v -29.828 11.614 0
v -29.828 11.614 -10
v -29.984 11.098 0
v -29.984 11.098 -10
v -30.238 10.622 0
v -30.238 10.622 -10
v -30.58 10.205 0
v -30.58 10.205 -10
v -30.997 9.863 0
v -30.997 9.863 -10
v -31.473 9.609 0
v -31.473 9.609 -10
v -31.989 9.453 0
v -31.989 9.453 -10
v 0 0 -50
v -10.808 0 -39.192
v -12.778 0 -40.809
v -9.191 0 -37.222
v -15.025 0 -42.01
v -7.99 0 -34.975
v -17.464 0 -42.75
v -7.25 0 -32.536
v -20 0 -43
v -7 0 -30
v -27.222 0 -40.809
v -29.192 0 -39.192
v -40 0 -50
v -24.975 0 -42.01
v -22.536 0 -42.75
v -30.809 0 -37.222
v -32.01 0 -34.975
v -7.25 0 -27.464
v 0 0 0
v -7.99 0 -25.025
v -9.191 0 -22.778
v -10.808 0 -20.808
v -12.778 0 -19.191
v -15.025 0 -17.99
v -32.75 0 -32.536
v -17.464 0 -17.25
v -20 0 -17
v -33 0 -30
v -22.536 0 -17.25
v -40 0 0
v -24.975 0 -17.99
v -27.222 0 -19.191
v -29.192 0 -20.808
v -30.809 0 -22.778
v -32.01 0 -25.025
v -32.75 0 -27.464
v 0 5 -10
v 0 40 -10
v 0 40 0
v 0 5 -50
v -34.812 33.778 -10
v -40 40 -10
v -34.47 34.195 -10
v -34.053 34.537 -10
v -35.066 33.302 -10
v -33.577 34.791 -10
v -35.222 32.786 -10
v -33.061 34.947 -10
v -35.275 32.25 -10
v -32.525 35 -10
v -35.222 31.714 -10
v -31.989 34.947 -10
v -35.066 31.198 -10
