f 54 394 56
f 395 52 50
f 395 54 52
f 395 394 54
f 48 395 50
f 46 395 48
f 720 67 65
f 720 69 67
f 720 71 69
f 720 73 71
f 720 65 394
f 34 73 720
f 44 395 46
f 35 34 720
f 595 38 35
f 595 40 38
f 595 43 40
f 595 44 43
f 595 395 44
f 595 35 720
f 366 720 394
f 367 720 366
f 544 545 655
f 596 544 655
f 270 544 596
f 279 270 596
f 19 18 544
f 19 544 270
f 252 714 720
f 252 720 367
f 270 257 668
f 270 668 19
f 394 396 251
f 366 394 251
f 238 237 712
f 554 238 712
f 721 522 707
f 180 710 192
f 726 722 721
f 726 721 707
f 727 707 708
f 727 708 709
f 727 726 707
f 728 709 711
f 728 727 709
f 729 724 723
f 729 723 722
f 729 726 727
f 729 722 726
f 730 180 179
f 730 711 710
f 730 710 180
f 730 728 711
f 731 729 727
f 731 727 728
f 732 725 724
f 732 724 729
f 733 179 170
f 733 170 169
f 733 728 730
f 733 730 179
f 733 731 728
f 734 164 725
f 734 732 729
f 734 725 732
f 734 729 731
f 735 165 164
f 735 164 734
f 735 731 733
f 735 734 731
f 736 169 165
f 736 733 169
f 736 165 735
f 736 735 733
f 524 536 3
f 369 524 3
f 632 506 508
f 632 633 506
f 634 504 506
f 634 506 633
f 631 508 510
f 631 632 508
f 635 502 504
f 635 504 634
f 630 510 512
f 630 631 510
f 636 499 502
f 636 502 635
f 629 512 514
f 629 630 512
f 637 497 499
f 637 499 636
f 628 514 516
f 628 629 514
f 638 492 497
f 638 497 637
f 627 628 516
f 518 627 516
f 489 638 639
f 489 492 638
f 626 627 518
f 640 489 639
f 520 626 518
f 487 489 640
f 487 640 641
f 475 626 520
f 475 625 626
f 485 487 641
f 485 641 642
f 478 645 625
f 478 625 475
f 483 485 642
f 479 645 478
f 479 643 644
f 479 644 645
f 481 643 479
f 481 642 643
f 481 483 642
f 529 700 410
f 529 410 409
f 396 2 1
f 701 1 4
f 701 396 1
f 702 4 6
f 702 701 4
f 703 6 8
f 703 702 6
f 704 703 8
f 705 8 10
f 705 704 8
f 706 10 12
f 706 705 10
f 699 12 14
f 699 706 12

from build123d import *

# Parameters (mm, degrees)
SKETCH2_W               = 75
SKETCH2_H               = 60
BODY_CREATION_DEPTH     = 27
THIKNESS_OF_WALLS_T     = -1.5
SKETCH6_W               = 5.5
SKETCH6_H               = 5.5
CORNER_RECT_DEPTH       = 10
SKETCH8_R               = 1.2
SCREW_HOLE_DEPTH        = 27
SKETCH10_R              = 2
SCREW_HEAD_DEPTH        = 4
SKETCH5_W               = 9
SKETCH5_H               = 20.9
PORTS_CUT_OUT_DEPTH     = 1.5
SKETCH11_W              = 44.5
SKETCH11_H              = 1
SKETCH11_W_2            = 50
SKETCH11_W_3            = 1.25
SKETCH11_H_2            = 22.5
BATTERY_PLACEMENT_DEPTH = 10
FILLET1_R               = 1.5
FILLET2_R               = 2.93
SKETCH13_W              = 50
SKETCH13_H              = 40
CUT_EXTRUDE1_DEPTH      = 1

────────

* **Your assignment**:
Please write out all of the records above, character for character.

* **Task response**:
v -29.828 11.614 0
v -29.828 11.614 -10
v -29.984 11.098 0
v -29.984 11.098 -10
v -30.238 10.622 0
v -30.238 10.622 -10
v -30.58 10.205 0
v -30.58 10.205 -10
v -30.997 9.863 0
v -30.997 9.863 -10
v -31.473 9.609 0
v -31.473 9.609 -10
v -31.989 9.453 0
v -31.989 9.453 -10
v 0 0 -50
v -10.808 0 -39.192
v -12.778 0 -40.809
v -9.191 0 -37.222
v -15.025 0 -42.01
v -7.99 0 -34.975
v -17.464 0 -42.75
v -7.25 0 -32.536
v -20 0 -43
v -7 0 -30
v -27.222 0 -40.809
v -29.192 0 -39.192
v -40 0 -50
v -24.975 0 -42.01
v -22.536 0 -42.75
v -30.809 0 -37.222
v -32.01 0 -34.975
v -7.25 0 -27.464
v 0 0 0
v -7.99 0 -25.025
v -9.191 0 -22.778
v -10.808 0 -20.808
v -12.778 0 -19.191
v -15.025 0 -17.99
v -32.75 0 -32.536
v -17.464 0 -17.25
v -20 0 -17
v -33 0 -30
v -22.536 0 -17.25
v -40 0 0
v -24.975 0 -17.99
v -27.222 0 -19.191
v -29.192 0 -20.808
v -30.809 0 -22.778
v -32.01 0 -25.025
v -32.75 0 -27.464
v 0 5 -10
v 0 40 -10
v 0 40 0
v 0 5 -50
v -34.812 33.778 -10
v -40 40 -10
v -34.47 34.195 -10
v -34.053 34.537 -10
v -35.066 33.302 -10
v -33.577 34.791 -10
v -35.222 32.786 -10
v -33.061 34.947 -10
v -35.275 32.25 -10
v -32.525 35 -10
v -35.222 31.714 -10
v -31.989 34.947 -10
v -35.066 31.198 -10
f 54 394 56
f 395 52 50
f 395 54 52
f 395 394 54
f 48 395 50
f 46 395 48
f 720 67 65
f 720 69 67
f 720 71 69
f 720 73 71
f 720 65 394
f 34 73 720
f 44 395 46
f 35 34 720
f 595 38 35
f 595 40 38
f 595 43 40
f 595 44 43
f 595 395 44
f 595 35 720
f 366 720 394
f 367 720 366
f 544 545 655
f 596 544 655
f 270 544 596
f 279 270 596
f 19 18 544
f 19 544 270
f 252 714 720
f 252 720 367
f 270 257 668
f 270 668 19
f 394 396 251
f 366 394 251
f 238 237 712
f 554 238 712
f 721 522 707
f 180 710 192
f 726 722 721
f 726 721 707
f 727 707 708
f 727 708 709
f 727 726 707
f 728 709 711
f 728 727 709
f 729 724 723
f 729 723 722
f 729 726 727
f 729 722 726
f 730 180 179
f 730 711 710
f 730 710 180
f 730 728 711
f 731 729 727
f 731 727 728
f 732 725 724
f 732 724 729
f 733 179 170
f 733 170 169
f 733 728 730
f 733 730 179
f 733 731 728
f 734 164 725
f 734 732 729
f 734 725 732
f 734 729 731
f 735 165 164
f 735 164 734
f 735 731 733
f 735 734 731
f 736 169 165
f 736 733 169
f 736 165 735
f 736 735 733
f 524 536 3
f 369 524 3
f 632 506 508
f 632 633 506
f 634 504 506
f 634 506 633
f 631 508 510
f 631 632 508
f 635 502 504
f 635 504 634
f 630 510 512
f 630 631 510
f 636 499 502
f 636 502 635
f 629 512 514
f 629 630 512
f 637 497 499
f 637 499 636
f 628 514 516
f 628 629 514
f 638 492 497
f 638 497 637
f 627 628 516
f 518 627 516
f 489 638 639
f 489 492 638
f 626 627 518
f 640 489 639
f 520 626 518
f 487 489 640
f 487 640 641
f 475 626 520
f 475 625 626
f 485 487 641
f 485 641 642
f 478 645 625
f 478 625 475
f 483 485 642
f 479 645 478
f 479 643 644
f 479 644 645
f 481 643 479
f 481 642 643
f 481 483 642
f 529 700 410
f 529 410 409
f 396 2 1
f 701 1 4
f 701 396 1
f 702 4 6
f 702 701 4
f 703 6 8
f 703 702 6
f 704 703 8
f 705 8 10
f 705 704 8
f 706 10 12
f 706 705 10
f 699 12 14
f 699 706 12

from build123d import *

# Parameters (mm, degrees)
SKETCH2_W               = 75
SKETCH2_H               = 60
BODY_CREATION_DEPTH     = 27
THIKNESS_OF_WALLS_T     = -1.5
SKETCH6_W               = 5.5
SKETCH6_H               = 5.5
CORNER_RECT_DEPTH       = 10
SKETCH8_R               = 1.2
SCREW_HOLE_DEPTH        = 27
SKETCH10_R              = 2
SCREW_HEAD_DEPTH        = 4
SKETCH5_W               = 9
SKETCH5_H               = 20.9
PORTS_CUT_OUT_DEPTH     = 1.5
SKETCH11_W              = 44.5
SKETCH11_H              = 1
SKETCH11_W_2            = 50
SKETCH11_W_3            = 1.25
SKETCH11_H_2            = 22.5
BATTERY_PLACEMENT_DEPTH = 10
FILLET1_R               = 1.5
FILLET2_R               = 2.93
SKETCH13_W              = 50
SKETCH13_H              = 40
CUT_EXTRUDE1_DEPTH      = 1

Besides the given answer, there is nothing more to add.